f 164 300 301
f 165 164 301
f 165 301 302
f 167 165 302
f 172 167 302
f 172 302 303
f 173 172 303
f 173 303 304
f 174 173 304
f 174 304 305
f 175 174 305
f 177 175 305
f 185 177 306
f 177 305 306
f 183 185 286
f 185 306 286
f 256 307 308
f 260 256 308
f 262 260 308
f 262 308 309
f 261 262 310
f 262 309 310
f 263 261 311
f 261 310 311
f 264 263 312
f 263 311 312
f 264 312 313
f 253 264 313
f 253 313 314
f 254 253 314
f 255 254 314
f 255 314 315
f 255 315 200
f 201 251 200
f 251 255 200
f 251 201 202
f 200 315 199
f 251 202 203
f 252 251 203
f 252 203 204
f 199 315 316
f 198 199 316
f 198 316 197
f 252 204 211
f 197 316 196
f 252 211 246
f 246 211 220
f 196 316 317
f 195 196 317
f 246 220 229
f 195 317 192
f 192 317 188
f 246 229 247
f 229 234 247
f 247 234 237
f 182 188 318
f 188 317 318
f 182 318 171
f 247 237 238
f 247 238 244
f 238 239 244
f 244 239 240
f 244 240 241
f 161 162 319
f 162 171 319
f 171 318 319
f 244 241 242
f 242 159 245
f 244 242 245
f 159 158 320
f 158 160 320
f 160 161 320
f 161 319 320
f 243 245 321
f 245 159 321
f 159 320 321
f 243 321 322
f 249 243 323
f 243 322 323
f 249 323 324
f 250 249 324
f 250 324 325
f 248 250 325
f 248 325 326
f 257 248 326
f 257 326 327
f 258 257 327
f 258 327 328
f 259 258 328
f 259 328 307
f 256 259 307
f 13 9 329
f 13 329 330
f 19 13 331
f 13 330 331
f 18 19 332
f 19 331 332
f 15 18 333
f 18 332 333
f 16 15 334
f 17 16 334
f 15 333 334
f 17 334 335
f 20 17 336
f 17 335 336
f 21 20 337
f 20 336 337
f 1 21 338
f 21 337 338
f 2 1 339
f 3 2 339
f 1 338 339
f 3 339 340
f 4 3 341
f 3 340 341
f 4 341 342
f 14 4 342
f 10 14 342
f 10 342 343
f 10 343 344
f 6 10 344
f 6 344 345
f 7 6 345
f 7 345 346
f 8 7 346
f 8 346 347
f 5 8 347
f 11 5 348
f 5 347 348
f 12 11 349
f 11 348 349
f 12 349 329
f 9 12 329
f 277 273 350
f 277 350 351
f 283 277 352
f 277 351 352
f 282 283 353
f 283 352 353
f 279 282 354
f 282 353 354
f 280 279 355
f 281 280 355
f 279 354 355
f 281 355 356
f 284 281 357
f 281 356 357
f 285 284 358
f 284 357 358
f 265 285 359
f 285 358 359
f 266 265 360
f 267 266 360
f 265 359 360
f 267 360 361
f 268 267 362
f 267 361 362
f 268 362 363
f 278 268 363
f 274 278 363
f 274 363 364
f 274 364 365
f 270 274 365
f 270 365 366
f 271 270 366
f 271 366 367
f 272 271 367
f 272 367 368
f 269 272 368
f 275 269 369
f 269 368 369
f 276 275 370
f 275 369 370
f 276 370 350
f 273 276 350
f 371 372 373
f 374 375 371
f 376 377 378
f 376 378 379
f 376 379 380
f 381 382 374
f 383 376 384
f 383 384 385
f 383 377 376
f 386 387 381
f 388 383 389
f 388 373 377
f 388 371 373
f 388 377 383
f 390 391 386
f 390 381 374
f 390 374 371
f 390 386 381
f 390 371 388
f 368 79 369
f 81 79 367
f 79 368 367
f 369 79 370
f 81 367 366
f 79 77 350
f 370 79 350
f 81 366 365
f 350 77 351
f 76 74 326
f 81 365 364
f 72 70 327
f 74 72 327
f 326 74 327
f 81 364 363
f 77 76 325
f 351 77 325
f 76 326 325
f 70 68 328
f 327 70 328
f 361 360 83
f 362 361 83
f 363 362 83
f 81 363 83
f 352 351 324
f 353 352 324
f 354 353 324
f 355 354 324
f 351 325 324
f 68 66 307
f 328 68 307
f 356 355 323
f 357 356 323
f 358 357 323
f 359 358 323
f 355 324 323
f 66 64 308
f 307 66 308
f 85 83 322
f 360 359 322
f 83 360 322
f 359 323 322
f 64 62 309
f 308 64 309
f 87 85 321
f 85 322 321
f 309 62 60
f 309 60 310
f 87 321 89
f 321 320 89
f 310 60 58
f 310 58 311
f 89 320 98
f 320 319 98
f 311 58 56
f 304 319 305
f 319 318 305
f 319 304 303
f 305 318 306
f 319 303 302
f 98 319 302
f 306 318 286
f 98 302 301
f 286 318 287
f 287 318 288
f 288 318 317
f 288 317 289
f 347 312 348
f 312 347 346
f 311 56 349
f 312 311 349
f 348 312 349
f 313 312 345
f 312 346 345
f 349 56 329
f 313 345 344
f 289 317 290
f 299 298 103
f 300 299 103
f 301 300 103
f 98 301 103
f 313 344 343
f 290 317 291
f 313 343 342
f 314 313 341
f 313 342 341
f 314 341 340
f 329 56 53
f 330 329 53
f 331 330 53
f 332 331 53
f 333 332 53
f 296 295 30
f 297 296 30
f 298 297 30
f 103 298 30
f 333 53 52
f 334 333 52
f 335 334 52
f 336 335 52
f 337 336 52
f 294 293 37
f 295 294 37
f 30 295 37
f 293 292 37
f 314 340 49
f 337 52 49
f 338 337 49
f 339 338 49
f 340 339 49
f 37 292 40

» What needs to be done: The records above are to be repeated exactly, in their entirety.

» Answer below:
f 164 300 301
f 165 164 301
f 165 301 302
f 167 165 302
f 172 167 302
f 172 302 303
f 173 172 303
f 173 303 304
f 174 173 304
f 174 304 305
f 175 174 305
f 177 175 305
f 185 177 306
f 177 305 306
f 183 185 286
f 185 306 286
f 256 307 308
f 260 256 308
f 262 260 308
f 262 308 309
f 261 262 310
f 262 309 310
f 263 261 311
f 261 310 311
f 264 263 312
f 263 311 312
f 264 312 313
f 253 264 313
f 253 313 314
f 254 253 314
f 255 254 314
f 255 314 315
f 255 315 200
f 201 251 200
f 251 255 200
f 251 201 202
f 200 315 199
f 251 202 203
f 252 251 203
f 252 203 204
f 199 315 316
f 198 199 316
f 198 316 197
f 252 204 211
f 197 316 196
f 252 211 246
f 246 211 220
f 196 316 317
f 195 196 317
f 246 220 229
f 195 317 192
f 192 317 188
f 246 229 247
f 229 234 247
f 247 234 237
f 182 188 318
f 188 317 318
f 182 318 171
f 247 237 238
f 247 238 244
f 238 239 244
f 244 239 240
f 244 240 241
f 161 162 319
f 162 171 319
f 171 318 319
f 244 241 242
f 242 159 245
f 244 242 245
f 159 158 320
f 158 160 320
f 160 161 320
f 161 319 320
f 243 245 321
f 245 159 321
f 159 320 321
f 243 321 322
f 249 243 323
f 243 322 323
f 249 323 324
f 250 249 324
f 250 324 325
f 248 250 325
f 248 325 326
f 257 248 326
f 257 326 327
f 258 257 327
f 258 327 328
f 259 258 328
f 259 328 307
f 256 259 307
f 13 9 329
f 13 329 330
f 19 13 331
f 13 330 331
f 18 19 332
f 19 331 332
f 15 18 333
f 18 332 333
f 16 15 334
f 17 16 334
f 15 333 334
f 17 334 335
f 20 17 336
f 17 335 336
f 21 20 337
f 20 336 337
f 1 21 338
f 21 337 338
f 2 1 339
f 3 2 339
f 1 338 339
f 3 339 340
f 4 3 341
f 3 340 341
f 4 341 342
f 14 4 342
f 10 14 342
f 10 342 343
f 10 343 344
f 6 10 344
f 6 344 345
f 7 6 345
f 7 345 346
f 8 7 346
f 8 346 347
f 5 8 347
f 11 5 348
f 5 347 348
f 12 11 349
f 11 348 349
f 12 349 329
f 9 12 329
f 277 273 350
f 277 350 351
f 283 277 352
f 277 351 352
f 282 283 353
f 283 352 353
f 279 282 354
f 282 353 354
f 280 279 355
f 281 280 355
f 279 354 355
f 281 355 356
f 284 281 357
f 281 356 357
f 285 284 358
f 284 357 358
f 265 285 359
f 285 358 359
f 266 265 360
f 267 266 360
f 265 359 360
f 267 360 361
f 268 267 362
f 267 361 362
f 268 362 363
f 278 268 363
f 274 278 363
f 274 363 364
f 274 364 365
f 270 274 365
f 270 365 366
f 271 270 366
f 271 366 367
f 272 271 367
f 272 367 368
f 269 272 368
f 275 269 369
f 269 368 369
f 276 275 370
f 275 369 370
f 276 370 350
f 273 276 350
f 371 372 373
f 374 375 371
f 376 377 378
f 376 378 379
f 376 379 380
f 381 382 374
f 383 376 384
f 383 384 385
f 383 377 376
f 386 387 381
f 388 383 389
f 388 373 377
f 388 371 373
f 388 377 383
f 390 391 386
f 390 381 374
f 390 374 371
f 390 386 381
f 390 371 388
f 368 79 369
f 81 79 367
f 79 368 367
f 369 79 370
f 81 367 366
f 79 77 350
f 370 79 350
f 81 366 365
f 350 77 351
f 76 74 326
f 81 365 364
f 72 70 327
f 74 72 327
f 326 74 327
f 81 364 363
f 77 76 325
f 351 77 325
f 76 326 325
f 70 68 328
f 327 70 328
f 361 360 83
f 362 361 83
f 363 362 83
f 81 363 83
f 352 351 324
f 353 352 324
f 354 353 324
f 355 354 324
f 351 325 324
f 68 66 307
f 328 68 307
f 356 355 323
f 357 356 323
f 358 357 323
f 359 358 323
f 355 324 323
f 66 64 308
f 307 66 308
f 85 83 322
f 360 359 322
f 83 360 322
f 359 323 322
f 64 62 309
f 308 64 309
f 87 85 321
f 85 322 321
f 309 62 60
f 309 60 310
f 87 321 89
f 321 320 89
f 310 60 58
f 310 58 311
f 89 320 98
f 320 319 98
f 311 58 56
f 304 319 305
f 319 318 305
f 319 304 303
f 305 318 306
f 319 303 302
f 98 319 302
f 306 318 286
f 98 302 301
f 286 318 287
f 287 318 288
f 288 318 317
f 288 317 289
f 347 312 348
f 312 347 346
f 311 56 349
f 312 311 349
f 348 312 349
f 313 312 345
f 312 346 345
f 349 56 329
f 313 345 344
f 289 317 290
f 299 298 103
f 300 299 103
f 301 300 103
f 98 301 103
f 313 344 343
f 290 317 291
f 313 343 342
f 314 313 341
f 313 342 341
f 314 341 340
f 329 56 53
f 330 329 53
f 331 330 53
f 332 331 53
f 333 332 53
f 296 295 30
f 297 296 30
f 298 297 30
f 103 298 30
f 333 53 52
f 334 333 52
f 335 334 52
f 336 335 52
f 337 336 52
f 294 293 37
f 295 294 37
f 30 295 37
f 293 292 37
f 314 340 49
f 337 52 49
f 338 337 49
f 339 338 49
f 340 339 49
f 37 292 40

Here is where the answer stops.